Em “O anel de Polícrates”, em que Machado faz a crítica do homem sonhador (é curioso observar que Machado é ambíguo em relação à fantasia: ora ironiza, quase ridiculariza, ora a vê de forma gentil e delicada) o personagem é Xavier. Aqui, Machado enumera, ao listar as experiências de Xavier, as características dos seus contos fantásticos. Para o personagem A, em Xavier se pode encontrar “o raro, o esquisito, o maravilhoso, o indescritível, o inimaginável”. Aí está o fantástico machadiano. A primeira observação sobre este conto refere-se a que Xavier não é apresentado por um narrador impessoal ou relata sua própria experiência. Xavier é visto, num estranho diálogo, por intermédio dos olhos de um personagem. Ou seja, Xavier é uma visão de segundo grau. É relato de um relato. É visão e relato de alguém que não só apresenta, mas o julga. Nesse tudo cabe, em termos de fantasia. Este dado é pertinente para nossa análise: o personagem já não é senhor do espetáculo, mas outro ser passivo – é a visão de um personagem. Tanto é a visão particular de um personagem que o outro no diálogo discorda dele. Os personagens são nomeados com letras: A o acredita sonhador, Z o desconhece sonhador. 
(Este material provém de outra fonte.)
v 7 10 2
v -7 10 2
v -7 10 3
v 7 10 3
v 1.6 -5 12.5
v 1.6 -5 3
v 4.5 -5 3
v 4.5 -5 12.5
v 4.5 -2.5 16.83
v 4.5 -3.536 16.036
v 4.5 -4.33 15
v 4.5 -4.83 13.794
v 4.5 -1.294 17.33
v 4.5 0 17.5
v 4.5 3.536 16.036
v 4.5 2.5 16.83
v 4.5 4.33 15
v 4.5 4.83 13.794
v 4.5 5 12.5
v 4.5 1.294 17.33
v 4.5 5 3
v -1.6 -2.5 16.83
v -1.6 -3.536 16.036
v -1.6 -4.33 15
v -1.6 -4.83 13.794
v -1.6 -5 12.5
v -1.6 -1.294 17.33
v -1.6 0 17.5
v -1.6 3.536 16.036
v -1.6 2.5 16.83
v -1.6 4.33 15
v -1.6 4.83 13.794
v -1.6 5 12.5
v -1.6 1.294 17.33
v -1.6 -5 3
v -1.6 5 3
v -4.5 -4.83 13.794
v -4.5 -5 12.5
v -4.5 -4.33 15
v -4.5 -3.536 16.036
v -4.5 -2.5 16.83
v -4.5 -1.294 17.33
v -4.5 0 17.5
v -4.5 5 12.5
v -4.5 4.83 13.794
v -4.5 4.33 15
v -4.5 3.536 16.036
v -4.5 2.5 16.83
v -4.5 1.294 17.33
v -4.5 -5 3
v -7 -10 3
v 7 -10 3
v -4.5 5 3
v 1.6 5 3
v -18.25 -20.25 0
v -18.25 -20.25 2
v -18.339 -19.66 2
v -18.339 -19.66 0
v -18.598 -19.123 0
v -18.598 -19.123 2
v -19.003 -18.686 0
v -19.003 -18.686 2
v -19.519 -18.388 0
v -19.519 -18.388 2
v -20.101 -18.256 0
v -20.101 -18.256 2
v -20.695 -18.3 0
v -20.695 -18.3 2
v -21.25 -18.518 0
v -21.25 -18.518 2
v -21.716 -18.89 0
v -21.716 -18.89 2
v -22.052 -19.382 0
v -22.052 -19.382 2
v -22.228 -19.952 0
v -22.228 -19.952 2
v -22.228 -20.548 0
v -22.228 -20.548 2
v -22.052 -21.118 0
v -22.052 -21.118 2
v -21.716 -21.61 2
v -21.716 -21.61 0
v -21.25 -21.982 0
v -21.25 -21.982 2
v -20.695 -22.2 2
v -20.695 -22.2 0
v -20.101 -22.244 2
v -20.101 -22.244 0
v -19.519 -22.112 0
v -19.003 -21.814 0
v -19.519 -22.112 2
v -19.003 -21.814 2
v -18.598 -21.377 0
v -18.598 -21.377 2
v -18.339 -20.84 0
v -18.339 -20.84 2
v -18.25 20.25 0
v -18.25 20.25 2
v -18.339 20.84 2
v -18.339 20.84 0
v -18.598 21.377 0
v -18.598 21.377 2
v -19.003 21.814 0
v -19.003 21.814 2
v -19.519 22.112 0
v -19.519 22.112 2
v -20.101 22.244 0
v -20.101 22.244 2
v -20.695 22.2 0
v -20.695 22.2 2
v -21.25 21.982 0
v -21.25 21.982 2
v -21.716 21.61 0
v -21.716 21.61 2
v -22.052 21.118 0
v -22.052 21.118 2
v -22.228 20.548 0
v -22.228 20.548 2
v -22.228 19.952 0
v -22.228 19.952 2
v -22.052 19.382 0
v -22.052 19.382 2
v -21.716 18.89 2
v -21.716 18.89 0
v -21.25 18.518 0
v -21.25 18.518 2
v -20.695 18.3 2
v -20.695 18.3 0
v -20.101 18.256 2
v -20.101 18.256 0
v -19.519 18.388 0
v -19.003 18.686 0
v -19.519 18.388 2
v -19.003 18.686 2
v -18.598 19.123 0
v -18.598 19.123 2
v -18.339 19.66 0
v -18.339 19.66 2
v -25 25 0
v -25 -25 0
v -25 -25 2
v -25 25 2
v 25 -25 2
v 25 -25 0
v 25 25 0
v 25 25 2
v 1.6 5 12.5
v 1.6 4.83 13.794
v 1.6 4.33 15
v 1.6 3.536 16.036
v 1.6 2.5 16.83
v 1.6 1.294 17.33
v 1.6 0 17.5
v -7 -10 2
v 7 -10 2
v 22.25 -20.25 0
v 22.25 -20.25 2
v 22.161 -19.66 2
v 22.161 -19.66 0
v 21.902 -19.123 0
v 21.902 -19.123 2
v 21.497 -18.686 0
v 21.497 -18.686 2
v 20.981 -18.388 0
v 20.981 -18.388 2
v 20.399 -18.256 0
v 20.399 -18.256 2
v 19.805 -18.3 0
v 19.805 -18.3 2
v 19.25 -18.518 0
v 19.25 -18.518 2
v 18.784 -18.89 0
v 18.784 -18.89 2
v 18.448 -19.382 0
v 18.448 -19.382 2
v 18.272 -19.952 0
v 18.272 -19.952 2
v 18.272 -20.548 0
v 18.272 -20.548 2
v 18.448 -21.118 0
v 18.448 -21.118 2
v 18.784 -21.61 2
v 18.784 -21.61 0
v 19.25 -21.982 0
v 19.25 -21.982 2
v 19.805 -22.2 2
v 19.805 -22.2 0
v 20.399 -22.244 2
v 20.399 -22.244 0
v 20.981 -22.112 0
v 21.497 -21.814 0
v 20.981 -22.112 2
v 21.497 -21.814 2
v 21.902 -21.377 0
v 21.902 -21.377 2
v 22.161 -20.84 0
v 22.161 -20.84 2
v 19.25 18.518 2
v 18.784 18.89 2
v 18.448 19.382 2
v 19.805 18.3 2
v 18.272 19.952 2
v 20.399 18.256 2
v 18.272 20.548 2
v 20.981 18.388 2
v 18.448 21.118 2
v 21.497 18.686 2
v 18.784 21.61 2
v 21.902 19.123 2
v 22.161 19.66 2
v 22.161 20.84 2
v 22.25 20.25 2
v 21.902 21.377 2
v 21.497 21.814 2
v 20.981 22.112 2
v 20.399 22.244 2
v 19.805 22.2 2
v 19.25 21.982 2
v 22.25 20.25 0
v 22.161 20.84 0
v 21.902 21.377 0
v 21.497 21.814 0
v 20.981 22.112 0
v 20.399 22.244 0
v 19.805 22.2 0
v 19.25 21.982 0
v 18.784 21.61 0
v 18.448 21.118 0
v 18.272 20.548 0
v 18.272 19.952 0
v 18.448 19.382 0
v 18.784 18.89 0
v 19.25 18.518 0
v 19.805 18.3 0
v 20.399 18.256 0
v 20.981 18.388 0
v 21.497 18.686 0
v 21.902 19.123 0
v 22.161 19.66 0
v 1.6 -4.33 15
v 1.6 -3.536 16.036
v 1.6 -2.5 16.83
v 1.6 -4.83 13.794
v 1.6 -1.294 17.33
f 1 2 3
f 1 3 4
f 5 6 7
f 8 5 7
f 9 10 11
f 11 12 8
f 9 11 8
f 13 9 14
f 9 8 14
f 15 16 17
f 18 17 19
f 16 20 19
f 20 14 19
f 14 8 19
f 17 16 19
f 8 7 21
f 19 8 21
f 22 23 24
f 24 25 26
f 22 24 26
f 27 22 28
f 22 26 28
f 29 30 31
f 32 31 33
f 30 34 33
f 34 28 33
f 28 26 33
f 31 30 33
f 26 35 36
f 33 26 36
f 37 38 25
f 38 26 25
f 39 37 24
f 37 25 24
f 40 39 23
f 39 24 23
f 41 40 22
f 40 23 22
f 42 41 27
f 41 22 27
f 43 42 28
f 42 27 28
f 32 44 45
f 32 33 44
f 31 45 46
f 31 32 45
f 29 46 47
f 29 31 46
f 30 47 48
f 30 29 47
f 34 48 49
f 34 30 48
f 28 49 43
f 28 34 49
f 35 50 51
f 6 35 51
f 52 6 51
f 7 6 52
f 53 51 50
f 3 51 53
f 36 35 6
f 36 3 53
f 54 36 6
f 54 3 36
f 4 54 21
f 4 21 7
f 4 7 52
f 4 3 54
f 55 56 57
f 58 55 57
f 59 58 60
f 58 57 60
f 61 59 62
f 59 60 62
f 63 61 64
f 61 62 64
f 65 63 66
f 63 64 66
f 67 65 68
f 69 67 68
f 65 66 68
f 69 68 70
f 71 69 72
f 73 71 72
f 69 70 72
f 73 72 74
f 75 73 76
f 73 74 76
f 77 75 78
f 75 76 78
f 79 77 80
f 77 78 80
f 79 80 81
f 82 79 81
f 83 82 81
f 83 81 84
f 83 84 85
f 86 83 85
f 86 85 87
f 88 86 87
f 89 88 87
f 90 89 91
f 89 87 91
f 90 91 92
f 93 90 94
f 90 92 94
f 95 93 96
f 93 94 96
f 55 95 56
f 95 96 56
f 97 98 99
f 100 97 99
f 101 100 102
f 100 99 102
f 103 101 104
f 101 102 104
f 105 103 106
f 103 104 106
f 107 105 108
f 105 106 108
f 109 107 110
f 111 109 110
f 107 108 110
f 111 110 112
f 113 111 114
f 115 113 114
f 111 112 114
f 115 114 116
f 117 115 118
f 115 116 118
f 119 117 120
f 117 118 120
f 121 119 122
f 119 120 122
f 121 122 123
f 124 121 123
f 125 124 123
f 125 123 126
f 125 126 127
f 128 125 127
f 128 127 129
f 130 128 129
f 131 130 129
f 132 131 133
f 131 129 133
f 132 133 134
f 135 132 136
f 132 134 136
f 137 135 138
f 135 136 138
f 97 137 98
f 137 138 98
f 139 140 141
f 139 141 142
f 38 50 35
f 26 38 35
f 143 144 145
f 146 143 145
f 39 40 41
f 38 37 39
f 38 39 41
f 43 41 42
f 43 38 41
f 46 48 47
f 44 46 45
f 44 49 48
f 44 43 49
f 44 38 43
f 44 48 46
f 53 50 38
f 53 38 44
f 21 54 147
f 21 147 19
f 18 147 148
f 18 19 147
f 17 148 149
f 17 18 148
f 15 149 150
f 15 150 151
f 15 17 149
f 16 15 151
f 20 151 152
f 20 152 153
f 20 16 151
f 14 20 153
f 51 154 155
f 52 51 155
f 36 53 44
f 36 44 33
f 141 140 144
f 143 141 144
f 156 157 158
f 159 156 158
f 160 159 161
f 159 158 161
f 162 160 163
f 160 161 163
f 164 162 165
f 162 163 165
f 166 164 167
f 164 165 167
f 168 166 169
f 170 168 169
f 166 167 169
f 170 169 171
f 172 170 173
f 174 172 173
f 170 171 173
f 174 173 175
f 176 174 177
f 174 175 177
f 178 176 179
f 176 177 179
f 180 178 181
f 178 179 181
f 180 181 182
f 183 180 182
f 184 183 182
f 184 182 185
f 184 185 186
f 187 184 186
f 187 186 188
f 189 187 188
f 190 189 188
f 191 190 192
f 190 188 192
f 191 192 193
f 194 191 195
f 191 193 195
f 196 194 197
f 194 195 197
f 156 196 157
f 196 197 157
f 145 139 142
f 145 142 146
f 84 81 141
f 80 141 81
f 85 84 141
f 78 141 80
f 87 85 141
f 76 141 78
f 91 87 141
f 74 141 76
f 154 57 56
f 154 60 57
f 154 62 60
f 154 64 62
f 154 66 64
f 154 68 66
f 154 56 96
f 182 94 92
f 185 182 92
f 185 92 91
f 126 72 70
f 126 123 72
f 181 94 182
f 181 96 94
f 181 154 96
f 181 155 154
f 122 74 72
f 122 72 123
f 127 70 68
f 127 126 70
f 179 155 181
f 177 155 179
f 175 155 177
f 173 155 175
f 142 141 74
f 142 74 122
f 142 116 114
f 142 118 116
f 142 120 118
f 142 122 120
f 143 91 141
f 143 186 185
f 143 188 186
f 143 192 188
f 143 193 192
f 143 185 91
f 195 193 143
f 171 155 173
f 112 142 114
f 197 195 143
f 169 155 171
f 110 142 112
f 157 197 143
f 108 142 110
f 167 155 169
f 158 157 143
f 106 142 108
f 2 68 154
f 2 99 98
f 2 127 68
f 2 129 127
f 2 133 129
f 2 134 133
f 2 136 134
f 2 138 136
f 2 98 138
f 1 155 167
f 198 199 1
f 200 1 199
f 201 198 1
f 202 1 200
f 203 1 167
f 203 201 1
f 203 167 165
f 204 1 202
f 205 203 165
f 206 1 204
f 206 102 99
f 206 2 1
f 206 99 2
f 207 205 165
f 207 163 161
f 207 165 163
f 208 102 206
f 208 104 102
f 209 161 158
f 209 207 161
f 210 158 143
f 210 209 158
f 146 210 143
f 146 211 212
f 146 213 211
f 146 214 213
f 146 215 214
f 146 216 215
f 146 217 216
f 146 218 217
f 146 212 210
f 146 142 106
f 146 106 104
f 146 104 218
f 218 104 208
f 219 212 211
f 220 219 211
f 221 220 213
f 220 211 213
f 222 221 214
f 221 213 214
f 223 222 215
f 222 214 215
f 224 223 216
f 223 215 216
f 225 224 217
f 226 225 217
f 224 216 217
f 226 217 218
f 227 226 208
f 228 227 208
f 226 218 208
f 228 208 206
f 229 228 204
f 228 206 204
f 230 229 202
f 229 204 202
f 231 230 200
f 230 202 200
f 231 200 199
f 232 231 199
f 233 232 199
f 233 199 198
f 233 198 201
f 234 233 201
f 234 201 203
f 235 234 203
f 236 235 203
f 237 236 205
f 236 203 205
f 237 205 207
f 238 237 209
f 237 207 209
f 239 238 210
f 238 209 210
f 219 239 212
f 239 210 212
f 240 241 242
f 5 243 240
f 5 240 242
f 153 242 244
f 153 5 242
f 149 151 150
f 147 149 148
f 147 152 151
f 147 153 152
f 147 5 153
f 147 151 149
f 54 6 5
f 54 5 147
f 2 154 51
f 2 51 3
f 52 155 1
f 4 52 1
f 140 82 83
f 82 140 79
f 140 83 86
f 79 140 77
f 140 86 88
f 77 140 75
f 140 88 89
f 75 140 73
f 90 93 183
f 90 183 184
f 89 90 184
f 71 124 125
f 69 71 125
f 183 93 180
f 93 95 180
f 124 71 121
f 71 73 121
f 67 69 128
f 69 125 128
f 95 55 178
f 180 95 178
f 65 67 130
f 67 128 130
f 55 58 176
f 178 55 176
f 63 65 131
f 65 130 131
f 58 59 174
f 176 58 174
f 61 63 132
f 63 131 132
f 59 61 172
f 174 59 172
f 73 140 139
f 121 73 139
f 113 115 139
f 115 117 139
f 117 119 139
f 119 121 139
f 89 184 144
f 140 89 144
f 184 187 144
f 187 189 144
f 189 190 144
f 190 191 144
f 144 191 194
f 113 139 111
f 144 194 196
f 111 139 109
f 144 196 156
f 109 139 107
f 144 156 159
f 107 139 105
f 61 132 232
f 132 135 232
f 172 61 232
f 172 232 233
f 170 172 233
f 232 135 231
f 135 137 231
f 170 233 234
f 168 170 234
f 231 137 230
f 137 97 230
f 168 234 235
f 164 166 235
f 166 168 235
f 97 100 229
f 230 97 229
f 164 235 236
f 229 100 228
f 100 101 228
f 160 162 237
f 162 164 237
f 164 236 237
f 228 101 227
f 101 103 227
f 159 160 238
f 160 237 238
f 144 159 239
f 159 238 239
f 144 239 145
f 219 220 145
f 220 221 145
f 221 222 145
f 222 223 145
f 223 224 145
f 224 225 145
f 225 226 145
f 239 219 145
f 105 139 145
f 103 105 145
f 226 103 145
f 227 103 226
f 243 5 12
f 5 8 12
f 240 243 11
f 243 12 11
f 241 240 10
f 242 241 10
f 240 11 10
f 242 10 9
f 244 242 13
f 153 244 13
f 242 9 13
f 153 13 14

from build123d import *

# Parameters (mm, degrees)
F0_W     = 50
F0_H     = 50
F1_DEPTH = 2
F2_R     = 2
F3_DEPTH = 2
F4_W     = 14
F4_H     = 20
F5_DEPTH = 1
F6_W     = 2.9
F6_H     = 10
F7_DEPTH = 14.5
F8_R     = 4.99999


# Not quite as in the source:
# - a fillet or chamfer is up to 0.001 mm smaller than in the source, because OpenCascade refuses the exact size


with BuildPart() as f1:
    # F0 (on Top) → F1 (new body)
    with BuildSketch(Plane.XY):
        Rectangle(F0_W, F0_H)
    extrude(amount=F1_DEPTH)

    # F2 (on face) → F3 (cut)
    with BuildSketch(Plane.XY.offset(2)):
        with Locations((-20.25, 20.25)):
            Circle(F2_R)
        with Locations((20.25, 20.25)):
            Circle(F2_R)
        with Locations((20.25, -20.25)):
            Circle(F2_R)
        with Locations((-20.25, -20.25)):
            Circle(F2_R)
    extrude(amount=-F3_DEPTH, mode=Mode.SUBTRACT)

    # F4 (on face) → F5 (join)
    with BuildSketch(Plane.XY.offset(2)):
        Rectangle(F4_W, F4_H)
    extrude(amount=F5_DEPTH)

    # F6 (on face) → F7 (join)
    with BuildSketch(Plane.XY.offset(3)):
        with Locations((3.05, 0)):
            Rectangle(F6_W, F6_H)
        with Locations((-3.05, 0)):
            Rectangle(F6_W, F6_H)
    extrude(amount=F7_DEPTH)

    # F8 (radius 5 in the source; OpenCascade refuses exactly that, so slightly less here)
    f8_edges = [f1.edges().sort_by_distance(p)[0] for p in [
        (-3.05, 5, 17.5),
        (3.05, 5, 17.5),
        (3.05, -5, 17.5),
        (-3.05, -5, 17.5),
    ]]
    fillet(f8_edges, radius=F8_R)


solid = f1.part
“Z –  Você está enganado. O Xavier? Esse Xavier há de ser outro. [...]
             A – Creio; esse é o Xavier exterior. Mas nem só de pão vive o homem. Você fala de Marta, eu falo-lhe de Maria; falo do Xavier especulativo...
             Z – Ah! – Mas ainda assim, não acho explicação; não me consta nada dele. Que livro, que poema, que quadro...”





           Até agora pudemos observar que há personagem que sofrem a ação do fantástico como o bacharel Duarte no conto “A chinela turca” e aqueles que provocam a ação do fantástico como Xavier neste conto. Alguns poderiam dizer que os personagens até aqui são promotores do fantástico, em virtude da fantasia e do sonho, e ao mesmo tempo são vítimas de sua própria produção do fantástico.
            Esse conto aponta outra questão recorrente nos contos fantásticos de Machado: a produção abundante da mente. A imaginação joga aqui um papel importante. Mas quase sempre Machado opõe imaginação fértil x produção literária frágil. Geralmente o personagem é exuberante em citações, em descobrir achados até mesmo filosóficos, a ter boa oratória, ideias extravagantes, mas é impotente para escrevê-los. Nem sempre, contudo, o personagem deseja escrever. Há um hiato entre escritura e pensamento e muitas vezes a escritura não é buscada, o personagem se basta com a imaginação transbordante. Não é o caso, porém, de suas narrativas – e mesmo contos como “Cantiga de Esponsais” – em que o personagem busca transcrever sua inspiração para o papel infrutiferamente. Este personagem delirante, de imaginação fervilhante, é que leva o conto para o patamar do fantástico, ou seja, o fantástico se dá por intermédio agora não do sonho (a não ser que se encare o sonho como imaginação), mas por meio de uma exultante e incontrolável produção do espírito criativo. A imaginação criativa poderia levar o personagem a pensar uma obra – peça de teatro, poema ou conto – de viés “realista”, mas não. Geralmente, o personagem desse calibre aventura-se no reino das musas mais extravagantes e desconcertantes.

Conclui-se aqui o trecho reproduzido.